An ecosystem is much like a living organism. It has a metabolism which needs to be sustained by energy; be it healthy or unhealthy, it constantly processes what it is fed. It evolves, is always in motion and undergoing change. In most cases it interacts continuously with neighboring ecosystems and sometimes maintains long distance relationships with others. It grows, is sensitive to outside disturbances, and can also be killed. Pondering on the similarity between ecosystem and living organism, one sometimes starts to wonder whether it might not also possess an intelligence of its own, albeit one that is impossible to measure or even detect. Looking at it this way Ecological Restoration might even acquire an ethical dimension of its own. 

When we talk about the metabolism of an ecosystem we usually distinguish four major components that enable such a system to maintain itself. Chief amongst these of course is energy. Generally, energy enters the ecosystem in the form of solar radiation which is absorbed by chlorophyll molecules in the vegetation. This injection of energy kick starts a chain reaction of electrons which passes from molecule to molecule within the plant. Not all of this energy will be absorbed, however, some of it being emitted from the plant in the form of heat thus creating new conditions to stimulate further reactions. Indeed one packet of solar energy may do quite some traveling undergoing numerous transformations along the way before finally ending up on our dinner table or in the gas tank of our neighbor’s car. Scientists describe the journey of energy through an ecosystem in terms of a cycle. In a similar manner to energy the other three components of an ecosystem’s metabolism cycle through the system. We classify them as: elements (like nitrogen, sulfur or carbon), water (an element of such fundamental importance that it gets a classification all of its own), and organisms (plants, animals, microbes etc.).

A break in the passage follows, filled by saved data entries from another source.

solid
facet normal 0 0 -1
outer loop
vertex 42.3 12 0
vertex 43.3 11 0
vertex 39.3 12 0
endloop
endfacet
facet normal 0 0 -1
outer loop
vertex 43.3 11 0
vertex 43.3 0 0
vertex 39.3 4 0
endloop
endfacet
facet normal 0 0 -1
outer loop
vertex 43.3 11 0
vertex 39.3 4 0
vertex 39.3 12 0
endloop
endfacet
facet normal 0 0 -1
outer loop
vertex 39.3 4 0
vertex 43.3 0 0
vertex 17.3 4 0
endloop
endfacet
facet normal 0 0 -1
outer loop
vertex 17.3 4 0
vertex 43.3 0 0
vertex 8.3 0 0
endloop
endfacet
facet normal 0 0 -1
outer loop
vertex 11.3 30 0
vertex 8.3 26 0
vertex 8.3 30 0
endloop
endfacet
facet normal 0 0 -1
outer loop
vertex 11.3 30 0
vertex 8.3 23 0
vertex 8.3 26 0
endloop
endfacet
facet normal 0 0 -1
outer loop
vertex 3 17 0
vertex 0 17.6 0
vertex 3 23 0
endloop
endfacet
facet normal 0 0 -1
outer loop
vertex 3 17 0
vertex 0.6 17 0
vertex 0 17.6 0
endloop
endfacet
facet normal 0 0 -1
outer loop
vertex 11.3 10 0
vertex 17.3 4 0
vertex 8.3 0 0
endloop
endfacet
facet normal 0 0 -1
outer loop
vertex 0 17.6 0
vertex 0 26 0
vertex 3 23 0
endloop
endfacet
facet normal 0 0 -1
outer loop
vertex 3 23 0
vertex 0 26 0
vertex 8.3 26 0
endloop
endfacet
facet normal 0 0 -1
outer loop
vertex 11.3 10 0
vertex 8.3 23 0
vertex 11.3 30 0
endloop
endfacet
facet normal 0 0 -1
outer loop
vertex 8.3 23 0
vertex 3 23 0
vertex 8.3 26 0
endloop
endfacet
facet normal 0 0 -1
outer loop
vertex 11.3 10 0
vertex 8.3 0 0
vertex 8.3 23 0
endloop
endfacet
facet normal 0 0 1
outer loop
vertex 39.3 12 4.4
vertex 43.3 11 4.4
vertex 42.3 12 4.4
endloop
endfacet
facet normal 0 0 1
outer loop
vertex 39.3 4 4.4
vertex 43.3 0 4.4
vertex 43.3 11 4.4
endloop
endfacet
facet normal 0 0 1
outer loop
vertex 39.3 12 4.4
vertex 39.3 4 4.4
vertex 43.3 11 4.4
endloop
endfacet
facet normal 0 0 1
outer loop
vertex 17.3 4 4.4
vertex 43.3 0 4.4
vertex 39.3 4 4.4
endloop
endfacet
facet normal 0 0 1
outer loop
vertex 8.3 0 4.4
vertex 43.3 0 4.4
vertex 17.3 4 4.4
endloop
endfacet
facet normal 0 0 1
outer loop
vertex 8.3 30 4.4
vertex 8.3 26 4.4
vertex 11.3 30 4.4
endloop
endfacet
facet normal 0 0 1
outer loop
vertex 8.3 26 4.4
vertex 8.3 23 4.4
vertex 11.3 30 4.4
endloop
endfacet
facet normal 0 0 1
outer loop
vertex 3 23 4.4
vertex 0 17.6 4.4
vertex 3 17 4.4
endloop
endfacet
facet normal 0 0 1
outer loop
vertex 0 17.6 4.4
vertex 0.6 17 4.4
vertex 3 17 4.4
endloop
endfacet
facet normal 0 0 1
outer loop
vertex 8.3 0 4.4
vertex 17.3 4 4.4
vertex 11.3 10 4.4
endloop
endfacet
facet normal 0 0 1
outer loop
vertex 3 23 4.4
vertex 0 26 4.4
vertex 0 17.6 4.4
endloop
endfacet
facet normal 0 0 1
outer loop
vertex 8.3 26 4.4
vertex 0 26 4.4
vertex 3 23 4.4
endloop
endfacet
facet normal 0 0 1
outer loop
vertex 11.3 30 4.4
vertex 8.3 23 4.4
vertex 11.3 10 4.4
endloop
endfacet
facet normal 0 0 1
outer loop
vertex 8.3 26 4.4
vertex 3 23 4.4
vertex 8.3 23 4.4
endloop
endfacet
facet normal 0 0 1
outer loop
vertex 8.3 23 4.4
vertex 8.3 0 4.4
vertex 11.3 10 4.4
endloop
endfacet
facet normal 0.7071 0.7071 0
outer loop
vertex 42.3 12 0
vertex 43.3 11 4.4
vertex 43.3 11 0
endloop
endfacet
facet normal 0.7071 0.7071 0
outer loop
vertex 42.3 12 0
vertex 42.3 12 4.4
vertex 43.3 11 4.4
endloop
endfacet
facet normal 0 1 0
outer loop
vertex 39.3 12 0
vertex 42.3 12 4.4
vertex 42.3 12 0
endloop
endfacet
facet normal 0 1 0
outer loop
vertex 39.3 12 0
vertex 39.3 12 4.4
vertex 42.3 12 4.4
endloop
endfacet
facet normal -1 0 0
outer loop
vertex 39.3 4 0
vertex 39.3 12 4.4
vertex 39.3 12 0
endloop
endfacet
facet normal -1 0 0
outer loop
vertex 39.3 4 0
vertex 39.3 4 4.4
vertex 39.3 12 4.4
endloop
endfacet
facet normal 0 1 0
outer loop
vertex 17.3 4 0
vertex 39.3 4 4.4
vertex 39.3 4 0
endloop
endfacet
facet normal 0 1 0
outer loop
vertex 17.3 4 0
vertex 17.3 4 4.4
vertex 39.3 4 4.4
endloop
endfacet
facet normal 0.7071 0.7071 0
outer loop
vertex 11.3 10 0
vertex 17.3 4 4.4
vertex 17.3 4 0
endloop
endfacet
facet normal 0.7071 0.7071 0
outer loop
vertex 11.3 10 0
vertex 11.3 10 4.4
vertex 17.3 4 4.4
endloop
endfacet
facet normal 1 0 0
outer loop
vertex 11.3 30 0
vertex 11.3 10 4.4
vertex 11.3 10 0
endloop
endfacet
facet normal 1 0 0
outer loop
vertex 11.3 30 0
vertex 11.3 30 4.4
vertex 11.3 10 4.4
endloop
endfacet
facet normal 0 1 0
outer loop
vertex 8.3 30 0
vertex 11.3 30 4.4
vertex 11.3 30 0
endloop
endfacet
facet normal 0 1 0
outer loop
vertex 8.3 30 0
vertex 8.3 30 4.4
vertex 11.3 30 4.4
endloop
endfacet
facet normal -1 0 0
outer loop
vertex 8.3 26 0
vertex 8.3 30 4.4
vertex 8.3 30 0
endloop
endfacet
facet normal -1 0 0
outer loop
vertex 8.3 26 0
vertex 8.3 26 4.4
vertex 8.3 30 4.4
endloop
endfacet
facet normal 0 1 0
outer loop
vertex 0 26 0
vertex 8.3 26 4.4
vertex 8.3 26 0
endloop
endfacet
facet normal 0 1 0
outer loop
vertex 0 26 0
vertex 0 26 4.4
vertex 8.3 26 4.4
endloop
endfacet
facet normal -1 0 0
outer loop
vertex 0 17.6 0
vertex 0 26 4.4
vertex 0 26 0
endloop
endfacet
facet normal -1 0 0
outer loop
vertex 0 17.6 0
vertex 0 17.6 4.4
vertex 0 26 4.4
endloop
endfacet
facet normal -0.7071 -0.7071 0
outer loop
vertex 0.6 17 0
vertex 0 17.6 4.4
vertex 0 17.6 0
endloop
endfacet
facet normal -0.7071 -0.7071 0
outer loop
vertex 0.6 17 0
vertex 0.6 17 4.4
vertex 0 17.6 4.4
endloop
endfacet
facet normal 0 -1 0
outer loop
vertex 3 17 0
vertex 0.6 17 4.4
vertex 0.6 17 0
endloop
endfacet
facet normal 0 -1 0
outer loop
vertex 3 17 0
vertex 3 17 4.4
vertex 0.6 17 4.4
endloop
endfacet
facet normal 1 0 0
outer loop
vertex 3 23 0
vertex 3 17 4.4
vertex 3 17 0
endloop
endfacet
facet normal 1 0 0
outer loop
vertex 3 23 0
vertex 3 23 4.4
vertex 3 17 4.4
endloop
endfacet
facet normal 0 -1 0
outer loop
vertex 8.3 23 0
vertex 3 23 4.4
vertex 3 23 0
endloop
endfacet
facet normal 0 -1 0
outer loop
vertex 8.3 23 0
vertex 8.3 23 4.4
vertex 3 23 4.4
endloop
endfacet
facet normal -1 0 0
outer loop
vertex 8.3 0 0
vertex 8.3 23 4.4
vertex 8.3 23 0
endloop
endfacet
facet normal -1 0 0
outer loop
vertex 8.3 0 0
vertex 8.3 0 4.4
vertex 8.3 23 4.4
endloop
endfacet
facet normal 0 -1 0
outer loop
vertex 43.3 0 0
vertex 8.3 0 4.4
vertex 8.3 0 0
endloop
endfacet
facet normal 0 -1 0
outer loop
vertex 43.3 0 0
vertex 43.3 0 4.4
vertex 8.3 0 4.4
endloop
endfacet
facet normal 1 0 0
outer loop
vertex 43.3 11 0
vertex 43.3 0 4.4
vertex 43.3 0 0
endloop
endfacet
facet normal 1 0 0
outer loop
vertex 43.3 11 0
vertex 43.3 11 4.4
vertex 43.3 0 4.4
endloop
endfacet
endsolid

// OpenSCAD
// SKADIS J-hook for keys, scissors or a small cable coil.
// Print flat on its broad side as laid out, without supports; 4 perimeters.
// Insert the rear tooth through a slot, then lower until the neck seats.
// Lift before withdrawing. PETG or PLA; intended for light items.
// Dimensions: nominal 5 x 15 mm obround slots, 5 mm board thickness.
// Adjacent columns: 20 mm; alternate columns offset vertically by 20 mm.
// Same-height slots and same-column slots repeat every 40 mm.
// Measurement references (geometry below is original, not copied):
// https://www.reddit.com/r/ikeahacks/comments/rk2qk0/
// https://www.printables.com/model/109009-ikea-skadis-hook-hacek-10mm-100mm
// https://github.com/sebasdv/skadisgen (staggered grid only).
// Print the small hook first to tune fit; physical fit/load not yet tested.

reach = 28; // Clear depth from front spine to outer lip, mm [18:1:40]
lip_height = 12; // Height of the retaining lip, mm [9:1:18]
arm_thickness = 4; // Lower arm thickness in side profile, mm [3:0.5:6]
board_thickness = 5; // Measured board thickness, mm [4.6:0.1:5.4]
tolerance = 0.3; // Clearance per slot side and behind board, mm [0.2:0.05:0.4]

slot_width = 5; // Nominal slot width, mm
clip_width = slot_width-2*tolerance; // Blade thickness across slot, mm
board_gap = board_thickness+tolerance; // Clearance behind front bearing face, mm


// Shared SKADIS profile, in [depth from board, height] coordinates.
// Front bearing face is depth 0; board occupies depth -board_thickness..0.
// A 3 mm neck at height 23..26 passes through the slot; the rear tooth
// reaches height 17, extending 6 mm below the neck to catch behind the board.
// Centre the 9 mm tall tooth in the slot's 10 mm straight middle to insert.
// At default tolerance its 4.4 mm width leaves 0.3 mm on each slot side;
// board_gap leaves another 0.3 mm behind the board before pulling forward.
// Lower until the neck corners bear on the rounded slot bottom (contact is
// intentional). Lift about 8 mm at default fit to centre the tooth for removal.
// Verified against a separate 5 x 15 mm obround-slot board via the dev API;
// Insertion/lowering clear; withdrawal catches. See docs/example-feedback/skadis.md.
module skadis_clip_outline() {
    polygon([[0,0],[3,0],[3,30],[0,30],[0,26],
             [-board_gap-3,26],[-board_gap-3,17.6],
             [-board_gap-2.4,17],[-board_gap,17],
             [-board_gap,23],[0,23]]);
}

color("#5ccfc0") translate([board_gap+3,0,0])
    linear_extrude(clip_width)
        union() {
            skadis_clip_outline();
            polygon([[2,0],[reach+7,0],[reach+7,lip_height-1],
                     [reach+6,lip_height],[reach+3,lip_height],
                     [reach+3,arm_thickness],[9,arm_thickness],
                     [3,arm_thickness+6],[2,arm_thickness+6]]);
        }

The cycle of energy, the cycle of elements, the water cycle and the succession of organisms, from these four vantage points begin the examination of an ecosystem. Each cycle is composed of a chain of processes, the percolation of water through the soil, for example, or the aggregate wetting of the soil. Other important processes include the manner in which plant roots absorb water, and the evaporation of water vapor from the leaves. Each of these individual processes usually relates to numerous further processes involving each of the four cycles. Once soil layers become moist elements are dissolved and transported, microbial activity is activated and electrons are captured by certain elements because of the sudden change to a reducing environment.

 

Each ecosystem may display different degrees of integration of its processes and each process involved in the four cycles of the ecosystem is unique while still, processes often influence other processes in the ecosystem. With such a high degree of interactions within and between the four cycles we often refer to their dynamics. The level of the cycles’ dynamic is determined by the integration of processes and their respective performance. In other words, if the various processes in an ecosystem are functioning well and dynamically, the four cycles and with it the entire ecosystem may display a high level of fitness, which in turn may reflect a high resilience and/or resistance to disturbances. 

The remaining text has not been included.